Figure 4.

Effects of miR-506 induction and inhibition in Caco-2 cell line. (a) Relative expression levels of sphingosine-kinase-1(SPHK1), DNA-methyltransferase-1(DNMT1), anion exchange protein 2 (AE2), and inositol-1,4,5-trisphosphate-receptor (InsP3R3) mRNA after induction of miR-506 by 48-h transfection with mirVana miR506 Mimic (grey bars: cells transfected with miR-506 Mimic; black bars: control non-transfected cells). (b) Inhibition of miR-506 by 48-h transfection of Caco-2 cells with mirVana miR506 Inhibitor led to significant upregulation of SPHK1, DNMT1, AE2 and InsP3R3 mRNA levels. (grey bars: cells transfected with miR-506 inhibitor; black bars: control non-transfected cells). (c) Lipopolysaccharide (LPS)-induced inflammatory response reduced miR-506 expression and enhanced SPHK1, DNMT1, AE2 and InsP3R3 expressions. (d) The effect of glycochenodeoxycholic acid (GCDCA) on miR-506 expression in Caco-2 cells.
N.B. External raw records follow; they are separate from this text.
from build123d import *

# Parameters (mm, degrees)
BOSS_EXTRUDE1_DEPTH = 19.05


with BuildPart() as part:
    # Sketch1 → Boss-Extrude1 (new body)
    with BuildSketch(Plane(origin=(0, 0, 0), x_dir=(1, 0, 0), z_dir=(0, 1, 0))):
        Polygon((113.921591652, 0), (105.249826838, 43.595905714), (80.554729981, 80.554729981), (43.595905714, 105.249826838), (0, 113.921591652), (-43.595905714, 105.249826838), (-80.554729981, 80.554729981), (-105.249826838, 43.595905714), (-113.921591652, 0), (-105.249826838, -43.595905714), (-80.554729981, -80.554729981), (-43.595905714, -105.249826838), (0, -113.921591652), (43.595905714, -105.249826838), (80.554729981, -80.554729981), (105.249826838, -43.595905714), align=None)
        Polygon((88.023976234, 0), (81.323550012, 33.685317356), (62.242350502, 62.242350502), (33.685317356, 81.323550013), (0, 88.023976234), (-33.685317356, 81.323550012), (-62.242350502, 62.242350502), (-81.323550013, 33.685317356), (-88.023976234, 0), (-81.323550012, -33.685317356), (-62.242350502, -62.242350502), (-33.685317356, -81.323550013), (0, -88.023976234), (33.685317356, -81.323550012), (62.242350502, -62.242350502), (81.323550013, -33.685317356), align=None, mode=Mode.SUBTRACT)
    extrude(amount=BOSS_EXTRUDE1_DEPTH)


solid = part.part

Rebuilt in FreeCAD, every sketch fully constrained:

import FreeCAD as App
import Part
import Sketcher
Q = App.Units.Quantity

doc = App.newDocument("Part")
body = doc.addObject("PartDesign::Body", "Body")

# Sketch on XZ plane
sketch1 = body.newObject("Sketcher::SketchObject", "Sketch")
sketch1.AttachmentSupport = (doc.getObject("XZ_Plane"), [""])
sketch1.MapMode = "FlatFace"
sketch1.addGeometry(Part.LineSegment(App.Vector(114, 0, 0), App.Vector(105, -44, 0)), False)
sketch1.addGeometry(Part.LineSegment(App.Vector(105, -44, 0), App.Vector(81, -81, 0)), False)
sketch1.addGeometry(Part.LineSegment(App.Vector(81, -81, 0), App.Vector(44, -105, 0)), False)
sketch1.addGeometry(Part.LineSegment(App.Vector(44, -105, 0), App.Vector(0, -114, 0)), False)
sketch1.addGeometry(Part.LineSegment(App.Vector(0, -114, 0), App.Vector(-44, -105, 0)), False)
sketch1.addGeometry(Part.LineSegment(App.Vector(-44, -105, 0), App.Vector(-81, -81, 0)), False)
sketch1.addGeometry(Part.LineSegment(App.Vector(-81, -81, 0), App.Vector(-105, -44, 0)), False)
sketch1.addGeometry(Part.LineSegment(App.Vector(-105, -44, 0), App.Vector(-114, 0, 0)), False)
sketch1.addGeometry(Part.LineSegment(App.Vector(-114, 0, 0), App.Vector(-105, 44, 0)), False)
sketch1.addGeometry(Part.LineSegment(App.Vector(-105, 44, 0), App.Vector(-81, 81, 0)), False)
sketch1.addGeometry(Part.LineSegment(App.Vector(-81, 81, 0), App.Vector(-44, 105, 0)), False)
sketch1.addGeometry(Part.LineSegment(App.Vector(-44, 105, 0), App.Vector(0, 114, 0)), False)
sketch1.addGeometry(Part.LineSegment(App.Vector(0, 114, 0), App.Vector(44, 105, 0)), False)
sketch1.addGeometry(Part.LineSegment(App.Vector(44, 105, 0), App.Vector(81, 81, 0)), False)
sketch1.addGeometry(Part.LineSegment(App.Vector(81, 81, 0), App.Vector(105, 44, 0)), False)
sketch1.addGeometry(Part.LineSegment(App.Vector(105, 44, 0), App.Vector(114, 0, 0)), False)
sketch1.addGeometry(Part.LineSegment(App.Vector(81, -34, 0), App.Vector(88, 0, 0)), False)
sketch1.addGeometry(Part.LineSegment(App.Vector(88, 0, 0), App.Vector(81, 34, 0)), False)
sketch1.addGeometry(Part.LineSegment(App.Vector(81, 34, 0), App.Vector(62, 62, 0)), False)
sketch1.addGeometry(Part.LineSegment(App.Vector(62, 62, 0), App.Vector(34, 81, 0)), False)
sketch1.addGeometry(Part.LineSegment(App.Vector(34, 81, 0), App.Vector(0, 88, 0)), False)
sketch1.addGeometry(Part.LineSegment(App.Vector(0, 88, 0), App.Vector(-34, 81, 0)), False)
sketch1.addGeometry(Part.LineSegment(App.Vector(-34, 81, 0), App.Vector(-62, 62, 0)), False)
sketch1.addGeometry(Part.LineSegment(App.Vector(-62, 62, 0), App.Vector(-81, 34, 0)), False)
sketch1.addGeometry(Part.LineSegment(App.Vector(-81, 34, 0), App.Vector(-88, 0, 0)), False)
sketch1.addGeometry(Part.LineSegment(App.Vector(-88, 0, 0), App.Vector(-81, -34, 0)), False)
sketch1.addGeometry(Part.LineSegment(App.Vector(-81, -34, 0), App.Vector(-62, -62, 0)), False)
sketch1.addGeometry(Part.LineSegment(App.Vector(-62, -62, 0), App.Vector(-34, -81, 0)), False)
sketch1.addGeometry(Part.LineSegment(App.Vector(-34, -81, 0), App.Vector(0, -88, 0)), False)
sketch1.addGeometry(Part.LineSegment(App.Vector(0, -88, 0), App.Vector(34, -81, 0)), False)
sketch1.addGeometry(Part.LineSegment(App.Vector(34, -81, 0), App.Vector(62, -62, 0)), False)
sketch1.addGeometry(Part.LineSegment(App.Vector(62, -62, 0), App.Vector(81, -34, 0)), False)
sketch1.addConstraint(Sketcher.Constraint("Coincident", 0, 2, 1, 1))
sketch1.addConstraint(Sketcher.Constraint("Coincident", 1, 2, 2, 1))
sketch1.addConstraint(Sketcher.Constraint("Coincident", 2, 2, 3, 1))
sketch1.addConstraint(Sketcher.Constraint("Coincident", 3, 2, 4, 1))
sketch1.addConstraint(Sketcher.Constraint("Coincident", 4, 2, 5, 1))
sketch1.addConstraint(Sketcher.Constraint("Coincident", 5, 2, 6, 1))
sketch1.addConstraint(Sketcher.Constraint("Coincident", 6, 2, 7, 1))
sketch1.addConstraint(Sketcher.Constraint("Coincident", 7, 2, 8, 1))
sketch1.addConstraint(Sketcher.Constraint("Coincident", 8, 2, 9, 1))
sketch1.addConstraint(Sketcher.Constraint("Coincident", 9, 2, 10, 1))
sketch1.addConstraint(Sketcher.Constraint("Coincident", 10, 2, 11, 1))
sketch1.addConstraint(Sketcher.Constraint("Coincident", 11, 2, 12, 1))
sketch1.addConstraint(Sketcher.Constraint("Coincident", 12, 2, 13, 1))
sketch1.addConstraint(Sketcher.Constraint("Coincident", 13, 2, 14, 1))
sketch1.addConstraint(Sketcher.Constraint("Coincident", 14, 2, 15, 1))
sketch1.addConstraint(Sketcher.Constraint("Coincident", 15, 2, 0, 1))
sketch1.addConstraint(Sketcher.Constraint("Coincident", 16, 2, 17, 1))
sketch1.addConstraint(Sketcher.Constraint("Coincident", 17, 2, 18, 1))
sketch1.addConstraint(Sketcher.Constraint("Coincident", 18, 2, 19, 1))
sketch1.addConstraint(Sketcher.Constraint("Coincident", 19, 2, 20, 1))
sketch1.addConstraint(Sketcher.Constraint("Coincident", 20, 2, 21, 1))
sketch1.addConstraint(Sketcher.Constraint("Coincident", 21, 2, 22, 1))
sketch1.addConstraint(Sketcher.Constraint("Coincident", 22, 2, 23, 1))
sketch1.addConstraint(Sketcher.Constraint("Coincident", 23, 2, 24, 1))
sketch1.addConstraint(Sketcher.Constraint("Coincident", 24, 2, 25, 1))
sketch1.addConstraint(Sketcher.Constraint("Coincident", 25, 2, 26, 1))
sketch1.addConstraint(Sketcher.Constraint("Coincident", 26, 2, 27, 1))
sketch1.addConstraint(Sketcher.Constraint("Coincident", 27, 2, 28, 1))
sketch1.addConstraint(Sketcher.Constraint("Coincident", 28, 2, 29, 1))
sketch1.addConstraint(Sketcher.Constraint("Coincident", 29, 2, 30, 1))
sketch1.addConstraint(Sketcher.Constraint("Coincident", 30, 2, 31, 1))
sketch1.addConstraint(Sketcher.Constraint("Coincident", 31, 2, 16, 1))
sketch1.addConstraint(Sketcher.Constraint("Symmetric", 0, 2, 8, 2, -1, 1))
sketch1.addConstraint(Sketcher.Constraint("Symmetric", 1, 2, 9, 2, -1, 1))
sketch1.addConstraint(Sketcher.Constraint("Symmetric", 2, 2, 10, 2, -1, 1))
sketch1.addConstraint(Sketcher.Constraint("Symmetric", 3, 2, 11, 2, -1, 1))
sketch1.addConstraint(Sketcher.Constraint("Symmetric", 4, 2, 12, 2, -1, 1))
sketch1.addConstraint(Sketcher.Constraint("Symmetric", 5, 2, 13, 2, -1, 1))
sketch1.addConstraint(Sketcher.Constraint("Symmetric", 6, 2, 14, 2, -1, 1))
sketch1.addConstraint(Sketcher.Constraint("Symmetric", 7, 2, 15, 2, -1, 1))
sketch1.addConstraint(Sketcher.Constraint("Symmetric", 16, 2, 24, 2, -1, 1))
sketch1.addConstraint(Sketcher.Constraint("Symmetric", 17, 2, 25, 2, -1, 1))
sketch1.addConstraint(Sketcher.Constraint("Symmetric", 18, 2, 26, 2, -1, 1))
sketch1.addConstraint(Sketcher.Constraint("Symmetric", 19, 2, 27, 2, -1, 1))
sketch1.addConstraint(Sketcher.Constraint("Symmetric", 20, 2, 28, 2, -1, 1))
sketch1.addConstraint(Sketcher.Constraint("Symmetric", 21, 2, 29, 2, -1, 1))
sketch1.addConstraint(Sketcher.Constraint("Symmetric", 22, 2, 30, 2, -1, 1))
sketch1.addConstraint(Sketcher.Constraint("Symmetric", 23, 2, 31, 2, -1, 1))
sketch1.addConstraint(Sketcher.Constraint("Symmetric", 2, 2, 4, 2, -2))
sketch1.addConstraint(Sketcher.Constraint("Symmetric", 1, 2, 5, 2, -2))
sketch1.addConstraint(Sketcher.Constraint("Symmetric", 0, 2, 6, 2, -2))
sketch1.addConstraint(Sketcher.Constraint("Symmetric", 19, 2, 21, 2, -2))
sketch1.addConstraint(Sketcher.Constraint("Symmetric", 18, 2, 22, 2, -2))
sketch1.addConstraint(Sketcher.Constraint("Symmetric", 17, 2, 23, 2, -2))
sketch1.addConstraint(Sketcher.Constraint("PointOnObject", 3, 2, -2))
sketch1.addConstraint(Sketcher.Constraint("PointOnObject", 7, 2, -1))
sketch1.addConstraint(Sketcher.Constraint("PointOnObject", 16, 2, -1))
sketch1.addConstraint(Sketcher.Constraint("PointOnObject", 20, 2, -2))
sketch1.addConstraint(Sketcher.Constraint("Perpendicular", 0, 4))
sketch1.addConstraint(Sketcher.Constraint("Perpendicular", 1, 5))
sketch1.addConstraint(Sketcher.Constraint("Perpendicular", 12, 16))
sketch1.addConstraint(Sketcher.Constraint("Parallel", 14, 18))
sketch1.addConstraint(Sketcher.Constraint("Parallel", 13, 19))
sketch1.addConstraint(Sketcher.Constraint("Perpendicular", 16, 20))
sketch1.addConstraint(Sketcher.Constraint("Equal", 0, 1))
sketch1.addConstraint(Sketcher.Constraint("Equal", 1, 2))
sketch1.addConstraint(Sketcher.Constraint("Equal", 2, 3))
sketch1.addConstraint(Sketcher.Constraint("Equal", 17, 18))
sketch1.addConstraint(Sketcher.Constraint("Equal", 18, 19))
sketch1.addConstraint(Sketcher.Constraint("Equal", 19, 20))
sketch1.addConstraint(Sketcher.Constraint("Distance", 0, Q("1.75 in")))
sketch1.addConstraint(Sketcher.Constraint("Angle", 0, Q("-101.25 deg")))
sketch1.addConstraint(Sketcher.Constraint("Angle", 1, Q("-123.75 deg")))
sketch1.addConstraint(Sketcher.Constraint("DistanceX", 18, 2, 17, 2, Q("19.0812 mm")))
pad1 = body.newObject("PartDesign::Pad", "Pad")
pad1.Profile = sketch1
pad1.Length = Q("0.75 in")
pad1.Reversed = True

doc.recompute()
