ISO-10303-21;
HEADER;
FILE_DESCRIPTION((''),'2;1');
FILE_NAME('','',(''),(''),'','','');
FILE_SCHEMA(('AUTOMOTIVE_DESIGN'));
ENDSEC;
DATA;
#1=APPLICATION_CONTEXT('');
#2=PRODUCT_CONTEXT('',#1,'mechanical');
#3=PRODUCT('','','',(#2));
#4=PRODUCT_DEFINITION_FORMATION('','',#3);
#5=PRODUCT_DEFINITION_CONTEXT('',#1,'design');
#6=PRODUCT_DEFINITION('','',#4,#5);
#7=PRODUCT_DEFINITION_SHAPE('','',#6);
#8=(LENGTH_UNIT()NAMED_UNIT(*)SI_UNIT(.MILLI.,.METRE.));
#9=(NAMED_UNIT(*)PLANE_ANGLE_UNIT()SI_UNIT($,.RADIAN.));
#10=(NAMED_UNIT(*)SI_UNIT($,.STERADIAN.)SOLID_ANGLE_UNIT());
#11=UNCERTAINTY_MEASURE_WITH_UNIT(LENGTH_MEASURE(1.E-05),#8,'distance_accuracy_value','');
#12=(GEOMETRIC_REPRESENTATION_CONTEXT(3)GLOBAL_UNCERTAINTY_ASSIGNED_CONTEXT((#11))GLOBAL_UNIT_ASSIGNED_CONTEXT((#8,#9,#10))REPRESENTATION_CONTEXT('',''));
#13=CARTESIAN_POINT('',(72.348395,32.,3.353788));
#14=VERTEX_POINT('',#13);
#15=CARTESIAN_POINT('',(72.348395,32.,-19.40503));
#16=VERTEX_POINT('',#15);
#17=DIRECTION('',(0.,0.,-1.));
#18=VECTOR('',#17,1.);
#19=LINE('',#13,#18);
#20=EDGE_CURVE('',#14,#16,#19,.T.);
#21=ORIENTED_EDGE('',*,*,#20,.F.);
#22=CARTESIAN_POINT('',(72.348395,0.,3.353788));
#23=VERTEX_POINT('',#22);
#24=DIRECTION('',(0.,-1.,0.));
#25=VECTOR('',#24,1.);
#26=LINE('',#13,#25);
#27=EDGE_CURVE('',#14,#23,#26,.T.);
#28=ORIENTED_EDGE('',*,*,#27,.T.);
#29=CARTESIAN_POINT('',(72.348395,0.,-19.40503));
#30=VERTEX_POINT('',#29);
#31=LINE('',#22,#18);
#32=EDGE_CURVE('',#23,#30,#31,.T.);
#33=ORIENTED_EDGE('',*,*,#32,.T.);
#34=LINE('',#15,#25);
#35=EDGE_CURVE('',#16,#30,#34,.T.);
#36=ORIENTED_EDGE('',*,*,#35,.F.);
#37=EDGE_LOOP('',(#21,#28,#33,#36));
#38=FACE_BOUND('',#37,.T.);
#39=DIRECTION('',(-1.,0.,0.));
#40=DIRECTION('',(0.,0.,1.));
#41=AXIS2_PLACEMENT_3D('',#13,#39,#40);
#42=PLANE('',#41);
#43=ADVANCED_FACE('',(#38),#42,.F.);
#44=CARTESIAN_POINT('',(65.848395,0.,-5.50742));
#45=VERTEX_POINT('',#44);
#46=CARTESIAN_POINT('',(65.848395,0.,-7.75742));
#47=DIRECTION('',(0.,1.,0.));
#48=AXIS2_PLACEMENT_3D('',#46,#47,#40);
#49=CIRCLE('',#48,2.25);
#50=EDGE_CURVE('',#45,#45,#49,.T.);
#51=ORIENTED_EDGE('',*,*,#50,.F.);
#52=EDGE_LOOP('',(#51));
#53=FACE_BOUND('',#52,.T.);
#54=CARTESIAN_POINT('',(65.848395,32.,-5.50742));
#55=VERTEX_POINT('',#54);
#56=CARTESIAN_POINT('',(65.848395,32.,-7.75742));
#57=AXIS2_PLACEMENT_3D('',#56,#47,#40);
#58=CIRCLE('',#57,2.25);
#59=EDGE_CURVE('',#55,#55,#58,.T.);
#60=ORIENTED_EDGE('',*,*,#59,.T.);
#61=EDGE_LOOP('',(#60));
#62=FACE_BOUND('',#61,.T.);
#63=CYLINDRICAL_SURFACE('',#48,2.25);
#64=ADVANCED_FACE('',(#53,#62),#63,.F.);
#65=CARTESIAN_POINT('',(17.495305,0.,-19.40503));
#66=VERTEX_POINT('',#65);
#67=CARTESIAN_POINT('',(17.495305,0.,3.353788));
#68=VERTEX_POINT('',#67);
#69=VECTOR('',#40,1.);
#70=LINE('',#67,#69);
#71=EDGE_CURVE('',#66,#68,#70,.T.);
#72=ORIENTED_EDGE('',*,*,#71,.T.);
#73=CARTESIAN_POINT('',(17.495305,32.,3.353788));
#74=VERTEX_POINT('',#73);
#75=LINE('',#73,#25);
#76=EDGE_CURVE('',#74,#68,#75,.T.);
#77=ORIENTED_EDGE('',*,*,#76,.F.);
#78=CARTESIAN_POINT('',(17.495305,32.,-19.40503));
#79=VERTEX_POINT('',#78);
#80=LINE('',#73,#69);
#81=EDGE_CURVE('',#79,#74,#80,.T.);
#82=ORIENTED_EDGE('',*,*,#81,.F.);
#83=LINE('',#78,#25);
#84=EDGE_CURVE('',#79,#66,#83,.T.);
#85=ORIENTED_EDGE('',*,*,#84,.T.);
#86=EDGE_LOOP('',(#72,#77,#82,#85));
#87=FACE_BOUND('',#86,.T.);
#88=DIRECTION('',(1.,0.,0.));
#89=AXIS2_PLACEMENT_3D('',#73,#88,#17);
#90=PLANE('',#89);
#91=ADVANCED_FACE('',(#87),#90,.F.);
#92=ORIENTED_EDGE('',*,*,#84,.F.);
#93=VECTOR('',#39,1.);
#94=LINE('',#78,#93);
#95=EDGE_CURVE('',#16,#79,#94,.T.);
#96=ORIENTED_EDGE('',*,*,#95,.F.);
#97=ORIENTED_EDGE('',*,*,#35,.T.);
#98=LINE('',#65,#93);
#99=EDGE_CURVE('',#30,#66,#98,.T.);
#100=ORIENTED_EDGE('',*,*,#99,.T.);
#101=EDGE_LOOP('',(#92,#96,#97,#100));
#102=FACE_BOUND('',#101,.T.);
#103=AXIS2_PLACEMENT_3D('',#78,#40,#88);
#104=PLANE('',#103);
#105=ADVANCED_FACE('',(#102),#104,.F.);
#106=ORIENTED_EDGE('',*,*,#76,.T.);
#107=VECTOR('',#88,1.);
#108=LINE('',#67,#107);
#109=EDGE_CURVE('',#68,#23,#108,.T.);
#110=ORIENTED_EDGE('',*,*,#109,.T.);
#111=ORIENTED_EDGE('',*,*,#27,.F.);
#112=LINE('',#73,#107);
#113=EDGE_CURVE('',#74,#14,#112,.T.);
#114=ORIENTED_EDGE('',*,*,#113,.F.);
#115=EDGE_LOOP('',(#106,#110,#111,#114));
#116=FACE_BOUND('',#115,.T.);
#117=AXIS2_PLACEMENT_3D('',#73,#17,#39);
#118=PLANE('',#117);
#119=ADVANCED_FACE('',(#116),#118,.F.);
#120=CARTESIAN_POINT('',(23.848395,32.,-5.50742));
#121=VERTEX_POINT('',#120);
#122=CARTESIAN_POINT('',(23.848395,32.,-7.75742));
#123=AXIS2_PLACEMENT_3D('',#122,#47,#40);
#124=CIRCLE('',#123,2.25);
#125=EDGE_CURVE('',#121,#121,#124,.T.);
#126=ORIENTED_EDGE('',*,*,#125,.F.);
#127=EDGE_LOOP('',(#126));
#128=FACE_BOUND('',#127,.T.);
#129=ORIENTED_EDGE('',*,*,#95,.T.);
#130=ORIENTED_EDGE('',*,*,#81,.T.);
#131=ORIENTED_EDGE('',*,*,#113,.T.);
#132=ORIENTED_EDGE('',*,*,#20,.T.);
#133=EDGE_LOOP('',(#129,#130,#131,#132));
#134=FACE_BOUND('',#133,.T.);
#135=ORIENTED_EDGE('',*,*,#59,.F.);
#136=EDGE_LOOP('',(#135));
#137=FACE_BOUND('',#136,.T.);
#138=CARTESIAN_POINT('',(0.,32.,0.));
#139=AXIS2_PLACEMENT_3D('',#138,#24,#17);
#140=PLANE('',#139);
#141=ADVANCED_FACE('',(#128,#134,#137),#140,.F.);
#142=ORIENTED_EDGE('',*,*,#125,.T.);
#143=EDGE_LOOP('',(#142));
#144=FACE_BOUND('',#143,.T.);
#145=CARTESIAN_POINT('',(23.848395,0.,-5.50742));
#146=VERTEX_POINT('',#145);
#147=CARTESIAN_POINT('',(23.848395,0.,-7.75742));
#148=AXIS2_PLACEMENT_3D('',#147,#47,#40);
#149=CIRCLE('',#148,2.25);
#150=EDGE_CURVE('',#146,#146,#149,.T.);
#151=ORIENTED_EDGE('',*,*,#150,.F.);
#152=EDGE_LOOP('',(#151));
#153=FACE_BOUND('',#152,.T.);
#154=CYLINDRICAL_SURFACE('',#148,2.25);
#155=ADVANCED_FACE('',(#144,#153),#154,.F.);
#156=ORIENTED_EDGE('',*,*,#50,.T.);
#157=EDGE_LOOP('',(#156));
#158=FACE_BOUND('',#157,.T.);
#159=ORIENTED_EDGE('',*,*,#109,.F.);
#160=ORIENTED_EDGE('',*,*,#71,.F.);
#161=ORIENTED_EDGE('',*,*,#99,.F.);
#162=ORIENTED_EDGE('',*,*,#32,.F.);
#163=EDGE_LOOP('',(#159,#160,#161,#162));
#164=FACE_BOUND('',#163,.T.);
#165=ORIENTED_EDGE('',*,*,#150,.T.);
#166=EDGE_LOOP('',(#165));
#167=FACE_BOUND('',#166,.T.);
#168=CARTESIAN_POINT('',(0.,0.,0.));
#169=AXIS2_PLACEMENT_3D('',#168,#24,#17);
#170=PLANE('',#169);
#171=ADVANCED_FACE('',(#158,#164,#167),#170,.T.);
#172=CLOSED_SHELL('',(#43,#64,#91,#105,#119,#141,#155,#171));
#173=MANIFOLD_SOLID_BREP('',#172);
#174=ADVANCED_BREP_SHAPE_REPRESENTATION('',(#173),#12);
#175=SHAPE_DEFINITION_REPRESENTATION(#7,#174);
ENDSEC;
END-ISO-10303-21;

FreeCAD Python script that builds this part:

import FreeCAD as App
import Part
import Sketcher

V = App.Vector
Q = App.Units.Quantity

doc = App.newDocument("Part")
body = doc.addObject("PartDesign::Body", "Body")

sketch1 = doc.addObject("Sketcher::SketchObject", "Sketch")
body.addObject(sketch1)
sketch1.AttachmentSupport = (doc.XZ_Plane, [""])
sketch1.MapMode = "FlatFace"
sketch1.addGeometry([
    Part.LineSegment(V(17, -19, 0), V(17, 3, 0)),
    Part.LineSegment(V(17, 3, 0), V(72, 3, 0)),
    Part.LineSegment(V(72, 3, 0), V(72, -19, 0)),
    Part.LineSegment(V(72, -19, 0), V(17, -19, 0)),
], False)
sketch1.addConstraint([
    Sketcher.Constraint("Coincident", 0, 2, 1, 1),
    Sketcher.Constraint("Coincident", 1, 2, 2, 1),
    Sketcher.Constraint("Coincident", 2, 2, 3, 1),
    Sketcher.Constraint("Coincident", 3, 2, 0, 1),
    Sketcher.Constraint("Vertical", 0),
    Sketcher.Constraint("Horizontal", 1),
    Sketcher.Constraint("Vertical", 2),
    Sketcher.Constraint("Horizontal", 3),
    Sketcher.Constraint("DistanceX", 1, 1, 1, 2, Q("54.85309 mm")),
    Sketcher.Constraint("DistanceY", 0, 1, 0, 2, Q("22.758818 mm")),
    Sketcher.Constraint("DistanceY", -1, 1, 0, 2, Q("3.353788 mm")),
    Sketcher.Constraint("DistanceX", -1, 1, 0, 2, Q("17.495305 mm")),
])
pad1 = doc.addObject("PartDesign::Pad", "Pad")
body.addObject(pad1)
pad1.Profile = sketch1
pad1.Length = 32
pad1.Reversed = True

sketch2 = doc.addObject("Sketcher::SketchObject", "Sketch001")
body.addObject(sketch2)
sketch2.AttachmentSupport = (doc.XZ_Plane, [""])
sketch2.MapMode = "FlatFace"
sketch2.AttachmentOffset = App.Placement(V(0, 0, -32), App.Rotation())
sketch2.addGeometry([
    Part.Circle(V(23.8, -7.8, 0), V(0, 0, 1), 2.2),
    Part.Circle(V(65.8, -7.8, 0), V(0, 0, 1), 2.2),
], False)
sketch2.addConstraint([
    Sketcher.Constraint("Equal", 0, 1),
    Sketcher.Constraint("Horizontal", 0, 3, 1, 3),
    Sketcher.Constraint("Diameter", 0, Q("4.5 mm")),
    Sketcher.Constraint("DistanceX", 0, 3, 1, 3, Q("42 mm")),
    Sketcher.Constraint("DistanceY", 0, 3, -1, 1, Q("7.75742 mm")),
    Sketcher.Constraint("DistanceX", -1, 1, 0, 3, Q("23.848395 mm")),
])
pocket1 = doc.addObject("PartDesign::Pocket", "Pocket")
body.addObject(pocket1)
pocket1.Profile = sketch2
pocket1.Type = "ThroughAll"
pocket1.Reversed = True

doc.recompute()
Dots illustrate each experiment (n = 3–4) and lines the mean plus interquartile range (IQR).The dotted line represents control values. (e) GCDCA-induced miR-506 expression suppressed levels of AE2, InsP3R3 and p53 mRNAs both after 8-and 24-h exposure to GCDCA (200 µM). Each experiment was repeated three or four times with similar results. Relative data normalized to endogenous reference genes (miRNA-191 or 18S rRNA) are presented as the mean ± standard error (SE). Statistics: one-way ANOVA followed by Fisher’s PLSD test within the groups *indicates p-value < 0.05 vs. non-treated controls.